__What you need to do__. Begin at the line containing "f 356 274 276" in the data below and go on through the line containing "f 231 40 63", repeating each line exactly; include both ends and no other line.

####

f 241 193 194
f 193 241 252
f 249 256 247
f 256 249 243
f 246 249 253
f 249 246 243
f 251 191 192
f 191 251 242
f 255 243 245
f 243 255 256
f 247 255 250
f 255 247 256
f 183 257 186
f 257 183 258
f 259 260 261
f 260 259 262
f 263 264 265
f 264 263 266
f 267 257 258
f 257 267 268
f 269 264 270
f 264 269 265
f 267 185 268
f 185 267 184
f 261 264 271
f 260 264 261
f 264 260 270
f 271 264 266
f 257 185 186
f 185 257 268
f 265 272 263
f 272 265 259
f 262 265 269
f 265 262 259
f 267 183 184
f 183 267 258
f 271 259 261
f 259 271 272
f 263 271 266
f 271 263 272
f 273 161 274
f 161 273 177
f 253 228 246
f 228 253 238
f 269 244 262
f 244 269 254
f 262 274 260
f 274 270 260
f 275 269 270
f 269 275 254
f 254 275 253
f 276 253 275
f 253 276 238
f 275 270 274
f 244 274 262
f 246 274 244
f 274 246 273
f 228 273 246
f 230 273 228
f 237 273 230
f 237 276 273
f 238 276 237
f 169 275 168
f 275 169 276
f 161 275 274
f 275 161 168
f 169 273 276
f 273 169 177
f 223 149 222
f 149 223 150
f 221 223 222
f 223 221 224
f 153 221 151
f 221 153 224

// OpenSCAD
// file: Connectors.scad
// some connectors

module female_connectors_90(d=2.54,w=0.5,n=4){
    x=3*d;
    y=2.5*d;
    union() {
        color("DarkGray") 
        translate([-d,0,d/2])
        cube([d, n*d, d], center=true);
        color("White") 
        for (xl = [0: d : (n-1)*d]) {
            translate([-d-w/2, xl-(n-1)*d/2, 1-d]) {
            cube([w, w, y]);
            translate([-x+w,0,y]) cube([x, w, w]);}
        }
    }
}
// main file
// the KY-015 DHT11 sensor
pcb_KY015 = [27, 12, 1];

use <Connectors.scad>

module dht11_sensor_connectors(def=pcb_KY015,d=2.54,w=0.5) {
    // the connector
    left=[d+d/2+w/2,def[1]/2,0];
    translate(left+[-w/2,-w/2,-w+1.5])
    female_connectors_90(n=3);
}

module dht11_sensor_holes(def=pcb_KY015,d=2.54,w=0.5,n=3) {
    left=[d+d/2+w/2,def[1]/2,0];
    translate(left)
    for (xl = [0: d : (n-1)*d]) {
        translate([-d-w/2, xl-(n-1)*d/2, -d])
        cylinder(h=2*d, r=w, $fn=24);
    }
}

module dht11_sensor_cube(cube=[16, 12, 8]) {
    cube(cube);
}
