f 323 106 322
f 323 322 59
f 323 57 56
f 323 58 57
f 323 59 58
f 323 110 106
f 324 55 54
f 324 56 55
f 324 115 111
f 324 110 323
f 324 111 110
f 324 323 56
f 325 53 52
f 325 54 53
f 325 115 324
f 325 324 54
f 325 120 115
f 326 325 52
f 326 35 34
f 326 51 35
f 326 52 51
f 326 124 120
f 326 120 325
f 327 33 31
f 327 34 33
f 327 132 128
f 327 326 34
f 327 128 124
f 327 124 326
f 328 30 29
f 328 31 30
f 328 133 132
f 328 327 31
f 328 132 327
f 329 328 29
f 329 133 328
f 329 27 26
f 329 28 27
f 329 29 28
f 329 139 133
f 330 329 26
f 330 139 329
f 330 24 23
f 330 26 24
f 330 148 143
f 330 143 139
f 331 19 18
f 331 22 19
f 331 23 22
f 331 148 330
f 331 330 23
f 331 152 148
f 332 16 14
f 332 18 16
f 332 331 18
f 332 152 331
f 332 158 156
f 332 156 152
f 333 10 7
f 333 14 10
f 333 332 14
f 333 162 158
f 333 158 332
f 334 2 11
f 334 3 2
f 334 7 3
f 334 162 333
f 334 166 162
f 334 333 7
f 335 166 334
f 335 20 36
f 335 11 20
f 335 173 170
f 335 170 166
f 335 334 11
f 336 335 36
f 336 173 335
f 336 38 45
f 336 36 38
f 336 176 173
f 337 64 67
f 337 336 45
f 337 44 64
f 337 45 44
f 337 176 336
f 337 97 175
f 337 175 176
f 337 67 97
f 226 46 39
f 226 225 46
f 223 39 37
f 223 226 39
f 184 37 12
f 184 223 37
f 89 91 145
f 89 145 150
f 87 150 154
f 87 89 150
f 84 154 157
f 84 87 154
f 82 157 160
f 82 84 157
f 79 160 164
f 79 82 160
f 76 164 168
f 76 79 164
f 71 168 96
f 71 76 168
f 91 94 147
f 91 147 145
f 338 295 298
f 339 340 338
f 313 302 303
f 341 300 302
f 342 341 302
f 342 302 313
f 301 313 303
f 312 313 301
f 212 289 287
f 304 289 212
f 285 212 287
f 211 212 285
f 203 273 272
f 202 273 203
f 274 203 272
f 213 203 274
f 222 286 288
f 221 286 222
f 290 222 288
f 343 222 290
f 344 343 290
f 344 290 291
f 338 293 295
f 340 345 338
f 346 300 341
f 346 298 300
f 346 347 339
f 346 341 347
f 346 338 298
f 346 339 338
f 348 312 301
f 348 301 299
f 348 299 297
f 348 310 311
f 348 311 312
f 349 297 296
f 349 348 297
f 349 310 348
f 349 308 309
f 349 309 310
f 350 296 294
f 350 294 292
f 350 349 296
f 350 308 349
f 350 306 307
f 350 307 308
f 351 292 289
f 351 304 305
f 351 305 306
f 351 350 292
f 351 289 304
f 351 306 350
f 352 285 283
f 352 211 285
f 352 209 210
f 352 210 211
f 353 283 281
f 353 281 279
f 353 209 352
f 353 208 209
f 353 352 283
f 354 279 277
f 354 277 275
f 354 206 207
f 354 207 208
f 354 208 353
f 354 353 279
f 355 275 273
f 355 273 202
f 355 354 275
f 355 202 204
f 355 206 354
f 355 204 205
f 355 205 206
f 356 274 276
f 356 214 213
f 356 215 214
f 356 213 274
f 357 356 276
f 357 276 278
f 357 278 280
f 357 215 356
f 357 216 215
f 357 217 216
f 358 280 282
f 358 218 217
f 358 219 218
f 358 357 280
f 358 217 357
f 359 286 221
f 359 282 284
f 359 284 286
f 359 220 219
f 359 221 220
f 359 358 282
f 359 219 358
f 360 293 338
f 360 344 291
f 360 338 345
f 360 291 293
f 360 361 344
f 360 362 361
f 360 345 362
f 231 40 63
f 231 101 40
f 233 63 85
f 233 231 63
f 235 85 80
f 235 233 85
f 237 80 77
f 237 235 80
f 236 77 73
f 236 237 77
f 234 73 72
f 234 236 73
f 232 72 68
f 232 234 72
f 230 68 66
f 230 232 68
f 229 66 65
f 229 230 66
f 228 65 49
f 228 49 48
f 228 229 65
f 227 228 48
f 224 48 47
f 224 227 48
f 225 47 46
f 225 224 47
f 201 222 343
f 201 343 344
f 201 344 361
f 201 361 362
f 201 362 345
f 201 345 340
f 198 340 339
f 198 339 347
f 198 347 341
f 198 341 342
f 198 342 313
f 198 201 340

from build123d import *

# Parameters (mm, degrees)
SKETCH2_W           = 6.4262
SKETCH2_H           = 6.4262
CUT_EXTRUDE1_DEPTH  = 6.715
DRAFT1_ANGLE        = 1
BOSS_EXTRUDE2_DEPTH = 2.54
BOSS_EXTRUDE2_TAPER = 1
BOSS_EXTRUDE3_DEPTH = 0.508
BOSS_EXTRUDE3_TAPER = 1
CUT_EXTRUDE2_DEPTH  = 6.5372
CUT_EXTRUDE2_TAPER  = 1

####

__Response to this exercise__.
f 356 274 276
f 356 214 213
f 356 215 214
f 356 213 274
f 357 356 276
f 357 276 278
f 357 278 280
f 357 215 356
f 357 216 215
f 357 217 216
f 358 280 282
f 358 218 217
f 358 219 218
f 358 357 280
f 358 217 357
f 359 286 221
f 359 282 284
f 359 284 286
f 359 220 219
f 359 221 220
f 359 358 282
f 359 219 358
f 360 293 338
f 360 344 291
f 360 338 345
f 360 291 293
f 360 361 344
f 360 362 361
f 360 345 362
f 231 40 63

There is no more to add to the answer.